Among the lines of data below, reproduce only those from the one with "56.288557909), (-60.325, 63.02375))" through the one with "# #8 (0.199) Diameter Hole1", exactly as they stand, both ends included.

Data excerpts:
Start of Block
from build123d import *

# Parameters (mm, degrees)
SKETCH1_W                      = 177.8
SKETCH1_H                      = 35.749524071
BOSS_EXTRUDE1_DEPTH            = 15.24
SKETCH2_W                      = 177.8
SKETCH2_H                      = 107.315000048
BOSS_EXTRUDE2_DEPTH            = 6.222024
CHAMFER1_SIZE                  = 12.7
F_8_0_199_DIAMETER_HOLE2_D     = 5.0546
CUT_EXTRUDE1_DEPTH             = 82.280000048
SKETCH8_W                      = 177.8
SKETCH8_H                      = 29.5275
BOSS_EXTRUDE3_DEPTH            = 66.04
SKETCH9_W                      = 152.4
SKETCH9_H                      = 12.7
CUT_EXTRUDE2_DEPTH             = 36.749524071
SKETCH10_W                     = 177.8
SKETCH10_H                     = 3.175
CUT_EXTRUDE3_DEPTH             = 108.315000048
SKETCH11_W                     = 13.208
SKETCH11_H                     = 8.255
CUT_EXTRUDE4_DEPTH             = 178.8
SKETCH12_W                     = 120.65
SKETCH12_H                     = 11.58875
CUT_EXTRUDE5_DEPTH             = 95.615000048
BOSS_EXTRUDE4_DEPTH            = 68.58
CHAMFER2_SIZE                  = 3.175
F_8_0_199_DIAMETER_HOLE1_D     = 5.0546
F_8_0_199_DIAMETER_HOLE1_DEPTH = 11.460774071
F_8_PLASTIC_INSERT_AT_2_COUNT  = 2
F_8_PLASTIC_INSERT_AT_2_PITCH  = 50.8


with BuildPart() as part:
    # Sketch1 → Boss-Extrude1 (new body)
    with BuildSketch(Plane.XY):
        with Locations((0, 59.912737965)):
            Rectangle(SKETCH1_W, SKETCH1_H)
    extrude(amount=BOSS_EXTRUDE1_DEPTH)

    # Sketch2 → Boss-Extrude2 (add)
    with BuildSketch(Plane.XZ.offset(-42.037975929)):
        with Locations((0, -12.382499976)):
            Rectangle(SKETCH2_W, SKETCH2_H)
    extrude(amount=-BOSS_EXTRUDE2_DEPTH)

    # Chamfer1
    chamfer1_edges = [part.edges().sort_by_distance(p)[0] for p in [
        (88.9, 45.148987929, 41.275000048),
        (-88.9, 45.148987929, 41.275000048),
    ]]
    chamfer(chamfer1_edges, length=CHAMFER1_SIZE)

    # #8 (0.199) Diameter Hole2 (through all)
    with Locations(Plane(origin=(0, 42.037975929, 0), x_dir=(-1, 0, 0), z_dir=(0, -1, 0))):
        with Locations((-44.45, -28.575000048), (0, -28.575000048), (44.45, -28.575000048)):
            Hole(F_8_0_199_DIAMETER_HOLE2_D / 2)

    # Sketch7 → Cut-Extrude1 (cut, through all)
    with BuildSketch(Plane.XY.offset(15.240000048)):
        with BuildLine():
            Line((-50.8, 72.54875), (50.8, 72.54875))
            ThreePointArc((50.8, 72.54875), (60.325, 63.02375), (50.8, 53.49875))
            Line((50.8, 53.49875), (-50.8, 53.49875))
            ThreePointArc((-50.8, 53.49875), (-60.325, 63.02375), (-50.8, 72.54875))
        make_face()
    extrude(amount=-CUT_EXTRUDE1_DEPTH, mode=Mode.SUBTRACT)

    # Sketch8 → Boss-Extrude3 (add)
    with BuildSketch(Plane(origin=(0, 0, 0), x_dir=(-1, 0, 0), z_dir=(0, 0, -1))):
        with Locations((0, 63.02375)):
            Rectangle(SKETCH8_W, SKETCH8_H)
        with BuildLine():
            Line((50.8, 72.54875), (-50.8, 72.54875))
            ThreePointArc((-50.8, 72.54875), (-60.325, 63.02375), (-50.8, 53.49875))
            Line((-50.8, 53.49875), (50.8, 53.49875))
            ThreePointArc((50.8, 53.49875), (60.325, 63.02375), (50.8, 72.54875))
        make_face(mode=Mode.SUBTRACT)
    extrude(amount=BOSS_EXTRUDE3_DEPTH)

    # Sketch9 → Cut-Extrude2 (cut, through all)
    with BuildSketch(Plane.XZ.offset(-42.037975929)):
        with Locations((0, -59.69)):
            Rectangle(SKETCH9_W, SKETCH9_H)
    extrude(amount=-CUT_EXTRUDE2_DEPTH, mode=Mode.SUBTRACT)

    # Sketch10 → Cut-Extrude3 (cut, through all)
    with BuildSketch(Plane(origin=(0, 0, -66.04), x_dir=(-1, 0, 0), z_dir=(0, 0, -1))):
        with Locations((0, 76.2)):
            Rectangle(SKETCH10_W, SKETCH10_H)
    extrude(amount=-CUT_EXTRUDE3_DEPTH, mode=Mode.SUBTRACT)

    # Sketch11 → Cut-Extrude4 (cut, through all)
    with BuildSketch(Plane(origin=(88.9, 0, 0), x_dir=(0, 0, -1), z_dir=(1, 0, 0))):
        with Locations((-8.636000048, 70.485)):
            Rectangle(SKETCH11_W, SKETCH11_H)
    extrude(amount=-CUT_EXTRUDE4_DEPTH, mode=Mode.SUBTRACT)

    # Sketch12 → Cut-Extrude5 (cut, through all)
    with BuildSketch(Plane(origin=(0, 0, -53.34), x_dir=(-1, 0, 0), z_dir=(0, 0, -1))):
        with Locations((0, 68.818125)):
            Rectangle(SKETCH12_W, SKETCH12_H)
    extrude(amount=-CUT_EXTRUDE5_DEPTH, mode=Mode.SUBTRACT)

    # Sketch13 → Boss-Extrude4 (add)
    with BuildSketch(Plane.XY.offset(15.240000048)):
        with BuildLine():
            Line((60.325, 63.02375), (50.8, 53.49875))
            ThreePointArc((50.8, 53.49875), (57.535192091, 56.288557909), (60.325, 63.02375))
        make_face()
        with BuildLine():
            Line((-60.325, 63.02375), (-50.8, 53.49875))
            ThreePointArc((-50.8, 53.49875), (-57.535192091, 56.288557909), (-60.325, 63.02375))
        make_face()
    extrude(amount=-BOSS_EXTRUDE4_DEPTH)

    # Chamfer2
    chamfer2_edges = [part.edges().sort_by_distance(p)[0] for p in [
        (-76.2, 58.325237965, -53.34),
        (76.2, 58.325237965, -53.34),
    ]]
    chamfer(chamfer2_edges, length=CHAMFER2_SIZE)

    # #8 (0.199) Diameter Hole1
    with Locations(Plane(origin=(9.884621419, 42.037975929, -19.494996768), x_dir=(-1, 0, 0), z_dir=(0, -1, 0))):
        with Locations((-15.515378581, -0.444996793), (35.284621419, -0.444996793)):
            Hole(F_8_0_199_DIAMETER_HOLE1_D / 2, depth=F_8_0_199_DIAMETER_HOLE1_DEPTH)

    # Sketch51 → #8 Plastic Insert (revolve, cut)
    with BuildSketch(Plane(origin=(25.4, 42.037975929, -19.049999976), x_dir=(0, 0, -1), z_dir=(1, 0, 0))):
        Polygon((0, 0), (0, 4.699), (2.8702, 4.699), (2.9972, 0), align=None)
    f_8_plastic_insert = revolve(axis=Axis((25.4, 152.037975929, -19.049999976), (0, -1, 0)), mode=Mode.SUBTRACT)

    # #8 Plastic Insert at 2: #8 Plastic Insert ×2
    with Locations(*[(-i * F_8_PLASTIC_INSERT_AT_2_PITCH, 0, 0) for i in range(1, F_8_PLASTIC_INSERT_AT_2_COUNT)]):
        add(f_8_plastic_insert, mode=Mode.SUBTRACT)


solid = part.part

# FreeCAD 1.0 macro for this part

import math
import FreeCAD as App
import Part
import Sketcher

V = App.Vector
Q = App.Units.Quantity


def edges_at(feature, points):
    """Names of the edges that pass closest to the given points."""
    edges = feature.Shape.Edges
    near = lambda p: min(range(len(edges)), key=lambda i: edges[i].distToShape(Part.Vertex(*p))[0])
    return sorted({f"Edge{near(p) + 1}" for p in points})

doc = App.newDocument("Part")
body = doc.addObject("PartDesign::Body", "Body")

sketch1 = body.newObject("Sketcher::SketchObject", "Sketch")
sketch1.AttachmentSupport = (doc.getObject("XY_Plane"), [""])
sketch1.MapMode = "FlatFace"
sketch1.addGeometry([
    Part.LineSegment(V(-89, 78, 0), V(-89, 42, 0)),
    Part.LineSegment(V(-89, 42, 0), V(89, 42, 0)),
    Part.LineSegment(V(89, 42, 0), V(89, 78, 0)),
    Part.LineSegment(V(89, 78, 0), V(-89, 78, 0)),
], False)
sketch1.addConstraint([
    Sketcher.Constraint("Coincident", 0, 2, 1, 1),
    Sketcher.Constraint("Coincident", 1, 2, 2, 1),
    Sketcher.Constraint("Coincident", 2, 2, 3, 1),
    Sketcher.Constraint("Coincident", 3, 2, 0, 1),
    Sketcher.Constraint("Vertical", 0),
    Sketcher.Constraint("Horizontal", 1),
    Sketcher.Constraint("Vertical", 2),
    Sketcher.Constraint("Horizontal", 3),
    Sketcher.Constraint("DistanceX", 1, 1, 1, 2, Q("7 in")),
    Sketcher.Constraint("DistanceX", 0, 2, -1, 1, Q("3.5 in")),
    Sketcher.Constraint("DistanceY", -1, 1, 2, 2, Q("3.0625 in")),
    Sketcher.Constraint("DistanceY", 0, 2, 0, 1, Q("35.749524 mm")),
])
pad1 = body.newObject("PartDesign::Pad", "Pad")
pad1.Profile = sketch1
pad1.Length = Q("0.6 in")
End of Block
■ WRITTEN RESPONSE:
            ThreePointArc((-50.8, 53.49875), (-57.535192091, 56.288557909), (-60.325, 63.02375))
        make_face()
    extrude(amount=-BOSS_EXTRUDE4_DEPTH)

    # Chamfer2
    chamfer2_edges = [part.edges().sort_by_distance(p)[0] for p in [
        (-76.2, 58.325237965, -53.34),
        (76.2, 58.325237965, -53.34),
    ]]
    chamfer(chamfer2_edges, length=CHAMFER2_SIZE)

    # #8 (0.199) Diameter Hole1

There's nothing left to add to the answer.